Top of SUPPLIED ENTRIES
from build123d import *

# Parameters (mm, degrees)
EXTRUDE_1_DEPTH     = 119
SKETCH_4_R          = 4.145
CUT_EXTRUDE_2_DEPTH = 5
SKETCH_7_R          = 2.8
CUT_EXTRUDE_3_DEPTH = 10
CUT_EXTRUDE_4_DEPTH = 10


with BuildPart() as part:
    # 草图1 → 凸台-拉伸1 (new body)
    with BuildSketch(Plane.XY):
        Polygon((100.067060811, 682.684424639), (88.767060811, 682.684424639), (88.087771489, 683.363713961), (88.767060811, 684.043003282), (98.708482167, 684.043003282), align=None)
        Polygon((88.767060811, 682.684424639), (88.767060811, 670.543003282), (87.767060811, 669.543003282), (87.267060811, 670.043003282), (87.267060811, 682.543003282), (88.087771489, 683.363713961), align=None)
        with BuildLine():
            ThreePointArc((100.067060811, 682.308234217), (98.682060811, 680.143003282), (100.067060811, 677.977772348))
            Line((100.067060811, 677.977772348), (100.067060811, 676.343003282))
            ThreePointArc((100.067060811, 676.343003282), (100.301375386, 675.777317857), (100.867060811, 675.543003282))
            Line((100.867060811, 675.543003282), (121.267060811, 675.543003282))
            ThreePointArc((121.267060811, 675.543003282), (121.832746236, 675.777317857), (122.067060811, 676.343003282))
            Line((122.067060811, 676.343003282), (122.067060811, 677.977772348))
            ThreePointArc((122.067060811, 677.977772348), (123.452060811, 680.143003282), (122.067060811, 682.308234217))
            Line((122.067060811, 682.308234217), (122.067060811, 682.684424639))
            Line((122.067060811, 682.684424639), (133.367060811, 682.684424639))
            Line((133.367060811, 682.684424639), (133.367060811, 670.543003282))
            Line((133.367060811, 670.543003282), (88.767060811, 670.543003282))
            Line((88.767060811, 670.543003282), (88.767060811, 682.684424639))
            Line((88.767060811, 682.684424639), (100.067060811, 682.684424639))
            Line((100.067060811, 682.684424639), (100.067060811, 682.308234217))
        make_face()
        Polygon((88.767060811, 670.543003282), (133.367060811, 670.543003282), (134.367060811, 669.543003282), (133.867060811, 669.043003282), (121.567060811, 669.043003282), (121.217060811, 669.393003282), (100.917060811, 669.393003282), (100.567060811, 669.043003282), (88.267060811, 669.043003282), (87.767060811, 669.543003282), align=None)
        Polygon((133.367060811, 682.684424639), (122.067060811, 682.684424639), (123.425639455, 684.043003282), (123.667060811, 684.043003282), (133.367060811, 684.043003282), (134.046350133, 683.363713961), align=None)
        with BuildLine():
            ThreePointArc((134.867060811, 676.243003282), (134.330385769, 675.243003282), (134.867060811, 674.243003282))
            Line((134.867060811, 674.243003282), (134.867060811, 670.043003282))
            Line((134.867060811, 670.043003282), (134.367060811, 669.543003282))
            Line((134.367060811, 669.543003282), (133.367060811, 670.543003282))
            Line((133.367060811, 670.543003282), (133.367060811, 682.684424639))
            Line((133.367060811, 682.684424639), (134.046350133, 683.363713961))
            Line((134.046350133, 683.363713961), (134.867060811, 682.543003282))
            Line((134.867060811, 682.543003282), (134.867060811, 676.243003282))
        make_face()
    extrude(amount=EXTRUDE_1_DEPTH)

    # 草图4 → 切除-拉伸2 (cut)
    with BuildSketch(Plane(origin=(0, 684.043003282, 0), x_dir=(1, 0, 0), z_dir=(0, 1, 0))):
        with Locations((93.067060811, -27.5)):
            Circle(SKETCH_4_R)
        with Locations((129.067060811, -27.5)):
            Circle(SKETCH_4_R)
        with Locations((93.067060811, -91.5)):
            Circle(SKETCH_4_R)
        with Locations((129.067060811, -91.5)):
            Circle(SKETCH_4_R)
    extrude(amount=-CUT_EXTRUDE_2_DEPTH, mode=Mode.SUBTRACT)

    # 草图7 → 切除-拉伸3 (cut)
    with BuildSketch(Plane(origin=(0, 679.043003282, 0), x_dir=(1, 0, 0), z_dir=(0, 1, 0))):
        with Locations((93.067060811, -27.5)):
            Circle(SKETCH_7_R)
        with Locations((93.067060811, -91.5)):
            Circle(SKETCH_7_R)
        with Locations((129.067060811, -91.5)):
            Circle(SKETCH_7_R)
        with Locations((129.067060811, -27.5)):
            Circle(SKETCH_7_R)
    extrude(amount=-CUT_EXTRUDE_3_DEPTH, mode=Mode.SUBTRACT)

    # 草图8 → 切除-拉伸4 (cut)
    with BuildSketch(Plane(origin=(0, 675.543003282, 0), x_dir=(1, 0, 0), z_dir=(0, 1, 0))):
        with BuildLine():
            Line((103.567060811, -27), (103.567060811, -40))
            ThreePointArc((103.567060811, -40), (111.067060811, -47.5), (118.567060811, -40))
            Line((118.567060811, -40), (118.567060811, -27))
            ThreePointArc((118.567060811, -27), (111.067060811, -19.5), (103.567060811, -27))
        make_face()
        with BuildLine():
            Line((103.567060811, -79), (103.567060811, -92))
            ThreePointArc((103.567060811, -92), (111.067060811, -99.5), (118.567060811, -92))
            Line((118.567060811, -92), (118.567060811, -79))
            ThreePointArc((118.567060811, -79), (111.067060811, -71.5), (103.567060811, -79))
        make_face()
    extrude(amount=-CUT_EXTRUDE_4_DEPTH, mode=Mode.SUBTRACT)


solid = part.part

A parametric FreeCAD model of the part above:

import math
import FreeCAD as App
import Part
import Sketcher

doc = App.newDocument("Part")
body = doc.addObject("PartDesign::Body", "Body")

# Sketch on XY plane
sketch1 = body.newObject("Sketcher::SketchObject", "Sketch")
sketch1.AttachmentSupport = (doc.getObject("XY_Plane"), [""])
sketch1.MapMode = "FlatFace"
sketch1.addGeometry(Part.LineSegment(App.Vector(87.27, 670.04, 0), App.Vector(88.27, 669.04, 0)), False)
sketch1.addGeometry(Part.LineSegment(App.Vector(88.27, 669.04, 0), App.Vector(100.57, 669.04, 0)), False)
sketch1.addGeometry(Part.LineSegment(App.Vector(100.57, 669.04, 0), App.Vector(100.92, 669.39, 0)), False)
sketch1.addGeometry(Part.LineSegment(App.Vector(100.92, 669.39, 0), App.Vector(121.22, 669.39, 0)), False)
sketch1.addGeometry(Part.LineSegment(App.Vector(121.22, 669.39, 0), App.Vector(121.57, 669.04, 0)), False)
sketch1.addGeometry(Part.LineSegment(App.Vector(121.57, 669.04, 0), App.Vector(133.87, 669.04, 0)), False)
sketch1.addGeometry(Part.LineSegment(App.Vector(133.87, 669.04, 0), App.Vector(134.87, 670.04, 0)), False)
sketch1.addGeometry(Part.LineSegment(App.Vector(134.87, 670.04, 0), App.Vector(134.87, 674.24, 0)), False)
sketch1.addGeometry(Part.ArcOfCircle(Part.Circle(App.Vector(135.53, 675.24, 0), App.Vector(0, 0, 1), 1.2), math.radians(124), math.radians(236)), False)
sketch1.addGeometry(Part.LineSegment(App.Vector(134.87, 676.24, 0), App.Vector(134.87, 682.54, 0)), False)
sketch1.addGeometry(Part.LineSegment(App.Vector(134.87, 682.54, 0), App.Vector(134.05, 683.36, 0)), False)
sketch1.addGeometry(Part.LineSegment(App.Vector(134.05, 683.36, 0), App.Vector(133.37, 684.04, 0)), False)
sketch1.addGeometry(Part.LineSegment(App.Vector(133.37, 684.04, 0), App.Vector(123.43, 684.04, 0)), False)
sketch1.addGeometry(Part.LineSegment(App.Vector(123.43, 684.04, 0), App.Vector(122.07, 682.68, 0)), False)
sketch1.addGeometry(Part.LineSegment(App.Vector(122.07, 682.68, 0), App.Vector(122.07, 682.31, 0)), False)
sketch1.addGeometry(Part.ArcOfCircle(Part.Circle(App.Vector(121.07, 680.14, 0), App.Vector(0, 0, 1), 2.38), math.radians(-65), math.radians(65)), False)
sketch1.addGeometry(Part.LineSegment(App.Vector(122.07, 677.98, 0), App.Vector(122.07, 676.34, 0)), False)
sketch1.addGeometry(Part.ArcOfCircle(Part.Circle(App.Vector(121.27, 676.34, 0), App.Vector(0, 0, 1), 0.8), math.radians(-90), math.radians(0)), False)
sketch1.addGeometry(Part.LineSegment(App.Vector(121.27, 675.54, 0), App.Vector(100.87, 675.54, 0)), False)
sketch1.addGeometry(Part.ArcOfCircle(Part.Circle(App.Vector(100.87, 676.34, 0), App.Vector(0, 0, 1), 0.8), math.radians(180), math.radians(270)), False)
sketch1.addGeometry(Part.LineSegment(App.Vector(100.07, 676.34, 0), App.Vector(100.07, 677.98, 0)), False)
sketch1.addGeometry(Part.ArcOfCircle(Part.Circle(App.Vector(101.07, 680.14, 0), App.Vector(0, 0, 1), 2.38), math.radians(115), math.radians(245)), False)
sketch1.addGeometry(Part.LineSegment(App.Vector(100.07, 682.31, 0), App.Vector(100.07, 682.68, 0)), False)
sketch1.addGeometry(Part.LineSegment(App.Vector(100.07, 682.68, 0), App.Vector(98.71, 684.04, 0)), False)
sketch1.addGeometry(Part.LineSegment(App.Vector(98.71, 684.04, 0), App.Vector(88.77, 684.04, 0)), False)
sketch1.addGeometry(Part.LineSegment(App.Vector(88.77, 684.04, 0), App.Vector(88.09, 683.36, 0)), False)
sketch1.addGeometry(Part.LineSegment(App.Vector(88.09, 683.36, 0), App.Vector(87.27, 682.54, 0)), False)
sketch1.addGeometry(Part.LineSegment(App.Vector(87.27, 682.54, 0), App.Vector(87.27, 670.04, 0)), False)
sketch1.addConstraint(Sketcher.Constraint("Coincident", 0, 2, 1, 1))
sketch1.addConstraint(Sketcher.Constraint("Coincident", 1, 2, 2, 1))
sketch1.addConstraint(Sketcher.Constraint("Coincident", 2, 2, 3, 1))
sketch1.addConstraint(Sketcher.Constraint("Coincident", 3, 2, 4, 1))
sketch1.addConstraint(Sketcher.Constraint("Coincident", 4, 2, 5, 1))
sketch1.addConstraint(Sketcher.Constraint("Coincident", 5, 2, 6, 1))
sketch1.addConstraint(Sketcher.Constraint("Coincident", 6, 2, 7, 1))
sketch1.addConstraint(Sketcher.Constraint("Coincident", 7, 2, 8, 2))
sketch1.addConstraint(Sketcher.Constraint("Coincident", 8, 1, 9, 1))
sketch1.addConstraint(Sketcher.Constraint("Coincident", 9, 2, 10, 1))
sketch1.addConstraint(Sketcher.Constraint("Coincident", 10, 2, 11, 1))
sketch1.addConstraint(Sketcher.Constraint("Coincident", 11, 2, 12, 1))
sketch1.addConstraint(Sketcher.Constraint("Coincident", 12, 2, 13, 1))
sketch1.addConstraint(Sketcher.Constraint("Coincident", 13, 2, 14, 1))
sketch1.addConstraint(Sketcher.Constraint("Coincident", 14, 2, 15, 2))
sketch1.addConstraint(Sketcher.Constraint("Coincident", 15, 1, 16, 1))
sketch1.addConstraint(Sketcher.Constraint("Tangent", 16, 2, 17, 2))
sketch1.addConstraint(Sketcher.Constraint("Tangent", 17, 1, 18, 1))
sketch1.addConstraint(Sketcher.Constraint("Tangent", 18, 2, 19, 2))
sketch1.addConstraint(Sketcher.Constraint("Tangent", 19, 1, 20, 1))
sketch1.addConstraint(Sketcher.Constraint("Coincident", 20, 2, 21, 2))
sketch1.addConstraint(Sketcher.Constraint("Coincident", 21, 1, 22, 1))
sketch1.addConstraint(Sketcher.Constraint("Coincident", 22, 2, 23, 1))
sketch1.addConstraint(Sketcher.Constraint("Coincident", 23, 2, 24, 1))
sketch1.addConstraint(Sketcher.Constraint("Coincident", 24, 2, 25, 1))
sketch1.addConstraint(Sketcher.Constraint("Coincident", 25, 2, 26, 1))
sketch1.addConstraint(Sketcher.Constraint("Coincident", 26, 2, 27, 1))
sketch1.addConstraint(Sketcher.Constraint("Coincident", 27, 2, 0, 1))
sketch1.addConstraint(Sketcher.Constraint("Horizontal", 1))
sketch1.addConstraint(Sketcher.Constraint("Horizontal", 3))
sketch1.addConstraint(Sketcher.Constraint("Horizontal", 5))
sketch1.addConstraint(Sketcher.Constraint("Vertical", 7))
sketch1.addConstraint(Sketcher.Constraint("Vertical", 9))
sketch1.addConstraint(Sketcher.Constraint("Horizontal", 12))
sketch1.addConstraint(Sketcher.Constraint("Vertical", 14))
sketch1.addConstraint(Sketcher.Constraint("Vertical", 16))
sketch1.addConstraint(Sketcher.Constraint("Horizontal", 18))
sketch1.addConstraint(Sketcher.Constraint("Vertical", 20))
sketch1.addConstraint(Sketcher.Constraint("Vertical", 22))
sketch1.addConstraint(Sketcher.Constraint("Horizontal", 24))
sketch1.addConstraint(Sketcher.Constraint("Vertical", 27))
sketch1.addConstraint(Sketcher.Constraint("Equal", 17, 19))
sketch1.addConstraint(Sketcher.Constraint("Equal", 15, 21))
sketch1.addConstraint(Sketcher.Constraint("Perpendicular", 0, 2))
sketch1.addConstraint(Sketcher.Constraint("Perpendicular", 2, 4))
sketch1.addConstraint(Sketcher.Constraint("Perpendicular", 4, 6))
sketch1.addConstraint(Sketcher.Constraint("Perpendicular", 6, 10))
sketch1.addConstraint(Sketcher.Constraint("Parallel", 10, 11))
sketch1.addConstraint(Sketcher.Constraint("Perpendicular", 11, 13))
sketch1.addConstraint(Sketcher.Constraint("Perpendicular", 13, 23))
sketch1.addConstraint(Sketcher.Constraint("Perpendicular", 23, 25))
sketch1.addConstraint(Sketcher.Constraint("Parallel", 25, 26))
sketch1.addConstraint(Sketcher.Constraint("Horizontal", 15, 3, 21, 3))
sketch1.addConstraint(Sketcher.Constraint("Horizontal", 1, 2, 4, 2))
sketch1.addConstraint(Sketcher.Constraint("Horizontal", 15, 1, 20, 2))
sketch1.addConstraint(Sketcher.Constraint("Horizontal", 14, 2, 21, 1))
sketch1.addConstraint(Sketcher.Constraint("Horizontal", 13, 2, 22, 2))
sketch1.addConstraint(Sketcher.Constraint("Horizontal", 12, 2, 23, 2))
sketch1.addConstraint(Sketcher.Constraint("Horizontal", 10, 2, 25, 2))
sketch1.addConstraint(Sketcher.Constraint("Horizontal", 9, 2, 26, 2))
sketch1.addConstraint(Sketcher.Constraint("Horizontal", 6, 2, 27, 2))
sketch1.addConstraint(Sketcher.Constraint("Vertical", 7, 2, 8, 1))
sketch1.addConstraint(Sketcher.Constraint("Vertical", 14, 2, 15, 1))
sketch1.addConstraint(Sketcher.Constraint("Equal", 1, 5))
sketch1.addConstraint(Sketcher.Constraint("Equal", 12, 24))
sketch1.addConstraint(Sketcher.Constraint("Equal", 2, 4))
sketch1.addConstraint(Sketcher.Constraint("Radius", 8, 1.2))
sketch1.addConstraint(Sketcher.Constraint("Radius", 17, 0.8))
sketch1.addConstraint(Sketcher.Constraint("DistanceX", 1, 1, 1, 2, 12.3))
sketch1.addConstraint(Sketcher.Constraint("DistanceX", 3, 1, 3, 2, 20.3))
sketch1.addConstraint(Sketcher.Constraint("DistanceX", 18, 2, 18, 1, 20.4))
sketch1.addConstraint(Sketcher.Constraint("DistanceY", 7, 1, 7, 2, 4.2))
sketch1.addConstraint(Sketcher.Constraint("DistanceY", 9, 1, 9, 2, 6.3))
sketch1.addConstraint(Sketcher.Constraint("DistanceY", 27, 2, 27, 1, 12.5))
sketch1.addConstraint(Sketcher.Constraint("Radius", 15, 2.385))
sketch1.addConstraint(Sketcher.Constraint("DistanceX", 21, 3, 15, 3, 20.0))
sketch1.addConstraint(Sketcher.Constraint("DistanceX", 0, 2, 17, 3, 33.0))
sketch1.addConstraint(Sketcher.Constraint("DistanceX", 5, 2, 6, 2, 1.0))
sketch1.addConstraint(Sketcher.Constraint("DistanceY", 8, 3, 15, 3, 4.9))
sketch1.addConstraint(Sketcher.Constraint("DistanceY", 17, 3, 15, 3, 3.8))
sketch1.addConstraint(Sketcher.Constraint("DistanceX", 11, 2, 9, 2, 1.5))
sketch1.addConstraint(Sketcher.Constraint("DistanceX", 12, 2, 12, 1, 9.941421))
sketch1.addConstraint(Sketcher.Constraint("Distance", 10, 1.16066))
sketch1.addConstraint(Sketcher.Constraint("DistanceX", -1, 1, 15, 3, 121.067061))
sketch1.addConstraint(Sketcher.Constraint("DistanceY", -1, 1, 8, 3, 675.243003))
pad1 = body.newObject("PartDesign::Pad", "Pad")
pad1.Profile = sketch1
pad1.Length = 119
Bottom of SUPPLIED ENTRIES
* _WORK ORDER_: Retype the first line of the entries and every line after it, please, through the line that contains "(98.708482167, 684.043003282), align=None)". Add nothing.

* _SOLUTION TO THE PROBLEM_:
from build123d import *

# Parameters (mm, degrees)
EXTRUDE_1_DEPTH     = 119
SKETCH_4_R          = 4.145
CUT_EXTRUDE_2_DEPTH = 5
SKETCH_7_R          = 2.8
CUT_EXTRUDE_3_DEPTH = 10
CUT_EXTRUDE_4_DEPTH = 10


with BuildPart() as part:
    # 草图1 → 凸台-拉伸1 (new body)
    with BuildSketch(Plane.XY):
        Polygon((100.067060811, 682.684424639), (88.767060811, 682.684424639), (88.087771489, 683.363713961), (88.767060811, 684.043003282), (98.708482167, 684.043003282), align=None)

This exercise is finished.